[Dataset entries]
----------------------------------------
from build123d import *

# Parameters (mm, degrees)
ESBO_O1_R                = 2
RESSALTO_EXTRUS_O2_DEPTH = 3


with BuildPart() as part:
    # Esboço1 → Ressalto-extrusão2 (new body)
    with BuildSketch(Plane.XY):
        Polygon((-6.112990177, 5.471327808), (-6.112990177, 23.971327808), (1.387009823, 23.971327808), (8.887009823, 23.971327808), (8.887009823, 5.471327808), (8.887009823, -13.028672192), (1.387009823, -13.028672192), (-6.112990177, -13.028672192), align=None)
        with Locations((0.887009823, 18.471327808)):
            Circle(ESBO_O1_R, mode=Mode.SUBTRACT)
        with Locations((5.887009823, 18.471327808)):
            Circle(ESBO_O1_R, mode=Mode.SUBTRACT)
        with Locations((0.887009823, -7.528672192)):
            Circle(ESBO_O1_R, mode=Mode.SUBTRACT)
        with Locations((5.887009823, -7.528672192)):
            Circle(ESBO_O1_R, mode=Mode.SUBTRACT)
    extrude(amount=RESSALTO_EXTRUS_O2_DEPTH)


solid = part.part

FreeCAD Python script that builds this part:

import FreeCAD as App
import Part
import Sketcher
Q = App.Units.Quantity

doc = App.newDocument("Part")
body = doc.addObject("PartDesign::Body", "Body")

sketch1 = body.newObject("Sketcher::SketchObject", "Sketch")
sketch1.AttachmentSupport = (doc.getObject("XY_Plane"), [""])
sketch1.MapMode = "FlatFace"
sketch1.addGeometry([
    Part.LineSegment(App.Vector(-6.1, 24, 0), App.Vector(-6.1, -13, 0)),
    Part.LineSegment(App.Vector(-6.1, -13, 0), App.Vector(8.9, -13, 0)),
    Part.LineSegment(App.Vector(8.9, -13, 0), App.Vector(8.9, 24, 0)),
    Part.LineSegment(App.Vector(8.9, 24, 0), App.Vector(-6.1, 24, 0)),
    Part.Circle(App.Vector(5.9, -7.5, 0), App.Vector(0, 0, 1), 2),
    Part.Circle(App.Vector(0.9, -7.5, 0), App.Vector(0, 0, 1), 2),
    Part.Circle(App.Vector(5.9, 18.5, 0), App.Vector(0, 0, 1), 2),
    Part.Circle(App.Vector(0.9, 18.5, 0), App.Vector(0, 0, 1), 2),
], False)
sketch1.addConstraint([
    Sketcher.Constraint("Coincident", 0, 2, 1, 1),
    Sketcher.Constraint("Coincident", 1, 2, 2, 1),
    Sketcher.Constraint("Coincident", 2, 2, 3, 1),
    Sketcher.Constraint("Coincident", 3, 2, 0, 1),
    Sketcher.Constraint("Vertical", 0),
    Sketcher.Constraint("Horizontal", 1),
    Sketcher.Constraint("Vertical", 2),
    Sketcher.Constraint("Horizontal", 3),
    Sketcher.Constraint("Equal", 4, 5),
    Sketcher.Constraint("Equal", 5, 6),
    Sketcher.Constraint("Equal", 6, 7),
    Sketcher.Constraint("Horizontal", 4, 3, 5, 3),
    Sketcher.Constraint("Horizontal", 6, 3, 7, 3),
    Sketcher.Constraint("Vertical", 4, 3, 6, 3),
    Sketcher.Constraint("Vertical", 5, 3, 7, 3),
    Sketcher.Constraint("Diameter", 4, Q("4 mm")),
    Sketcher.Constraint("DistanceX", 1, 1, 1, 2, Q("15 mm")),
    Sketcher.Constraint("DistanceY", 0, 2, 0, 1, Q("37 mm")),
    Sketcher.Constraint("DistanceX", 5, 3, 4, 3, Q("5 mm")),
    Sketcher.Constraint("DistanceY", 4, 3, 6, 3, Q("26 mm")),
    Sketcher.Constraint("DistanceX", 0, 2, 5, 3, Q("7 mm")),
    Sketcher.Constraint("DistanceY", 0, 2, 5, 3, Q("5.5 mm")),
    Sketcher.Constraint("DistanceX", -1, 1, 4, 3, Q("5.88701 mm")),
    Sketcher.Constraint("DistanceY", 4, 3, -1, 1, Q("7.528672 mm")),
])
pad1 = body.newObject("PartDesign::Pad", "Pad")
pad1.Profile = sketch1
pad1.Length = 3

doc.recompute()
----------------------------------------
What you will do
Having read the records, return each one exactly.

Task response
from build123d import *

# Parameters (mm, degrees)
ESBO_O1_R                = 2
RESSALTO_EXTRUS_O2_DEPTH = 3


with BuildPart() as part:
    # Esboço1 → Ressalto-extrusão2 (new body)
    with BuildSketch(Plane.XY):
        Polygon((-6.112990177, 5.471327808), (-6.112990177, 23.971327808), (1.387009823, 23.971327808), (8.887009823, 23.971327808), (8.887009823, 5.471327808), (8.887009823, -13.028672192), (1.387009823, -13.028672192), (-6.112990177, -13.028672192), align=None)
        with Locations((0.887009823, 18.471327808)):
            Circle(ESBO_O1_R, mode=Mode.SUBTRACT)
        with Locations((5.887009823, 18.471327808)):
            Circle(ESBO_O1_R, mode=Mode.SUBTRACT)
        with Locations((0.887009823, -7.528672192)):
            Circle(ESBO_O1_R, mode=Mode.SUBTRACT)
        with Locations((5.887009823, -7.528672192)):
            Circle(ESBO_O1_R, mode=Mode.SUBTRACT)
    extrude(amount=RESSALTO_EXTRUS_O2_DEPTH)


solid = part.part

FreeCAD Python script that builds this part:

import FreeCAD as App
import Part
import Sketcher
Q = App.Units.Quantity

doc = App.newDocument("Part")
body = doc.addObject("PartDesign::Body", "Body")

sketch1 = body.newObject("Sketcher::SketchObject", "Sketch")
sketch1.AttachmentSupport = (doc.getObject("XY_Plane"), [""])
sketch1.MapMode = "FlatFace"
sketch1.addGeometry([
    Part.LineSegment(App.Vector(-6.1, 24, 0), App.Vector(-6.1, -13, 0)),
    Part.LineSegment(App.Vector(-6.1, -13, 0), App.Vector(8.9, -13, 0)),
    Part.LineSegment(App.Vector(8.9, -13, 0), App.Vector(8.9, 24, 0)),
    Part.LineSegment(App.Vector(8.9, 24, 0), App.Vector(-6.1, 24, 0)),
    Part.Circle(App.Vector(5.9, -7.5, 0), App.Vector(0, 0, 1), 2),
    Part.Circle(App.Vector(0.9, -7.5, 0), App.Vector(0, 0, 1), 2),
    Part.Circle(App.Vector(5.9, 18.5, 0), App.Vector(0, 0, 1), 2),
    Part.Circle(App.Vector(0.9, 18.5, 0), App.Vector(0, 0, 1), 2),
], False)
sketch1.addConstraint([
    Sketcher.Constraint("Coincident", 0, 2, 1, 1),
    Sketcher.Constraint("Coincident", 1, 2, 2, 1),
    Sketcher.Constraint("Coincident", 2, 2, 3, 1),
    Sketcher.Constraint("Coincident", 3, 2, 0, 1),
    Sketcher.Constraint("Vertical", 0),
    Sketcher.Constraint("Horizontal", 1),
    Sketcher.Constraint("Vertical", 2),
    Sketcher.Constraint("Horizontal", 3),
    Sketcher.Constraint("Equal", 4, 5),
    Sketcher.Constraint("Equal", 5, 6),
    Sketcher.Constraint("Equal", 6, 7),
    Sketcher.Constraint("Horizontal", 4, 3, 5, 3),
    Sketcher.Constraint("Horizontal", 6, 3, 7, 3),
    Sketcher.Constraint("Vertical", 4, 3, 6, 3),
    Sketcher.Constraint("Vertical", 5, 3, 7, 3),
    Sketcher.Constraint("Diameter", 4, Q("4 mm")),
    Sketcher.Constraint("DistanceX", 1, 1, 1, 2, Q("15 mm")),
    Sketcher.Constraint("DistanceY", 0, 2, 0, 1, Q("37 mm")),
    Sketcher.Constraint("DistanceX", 5, 3, 4, 3, Q("5 mm")),
    Sketcher.Constraint("DistanceY", 4, 3, 6, 3, Q("26 mm")),
    Sketcher.Constraint("DistanceX", 0, 2, 5, 3, Q("7 mm")),
    Sketcher.Constraint("DistanceY", 0, 2, 5, 3, Q("5.5 mm")),
    Sketcher.Constraint("DistanceX", -1, 1, 4, 3, Q("5.88701 mm")),
    Sketcher.Constraint("DistanceY", 4, 3, -1, 1, Q("7.528672 mm")),
])
pad1 = body.newObject("PartDesign::Pad", "Pad")
pad1.Profile = sketch1
pad1.Length = 3

doc.recompute()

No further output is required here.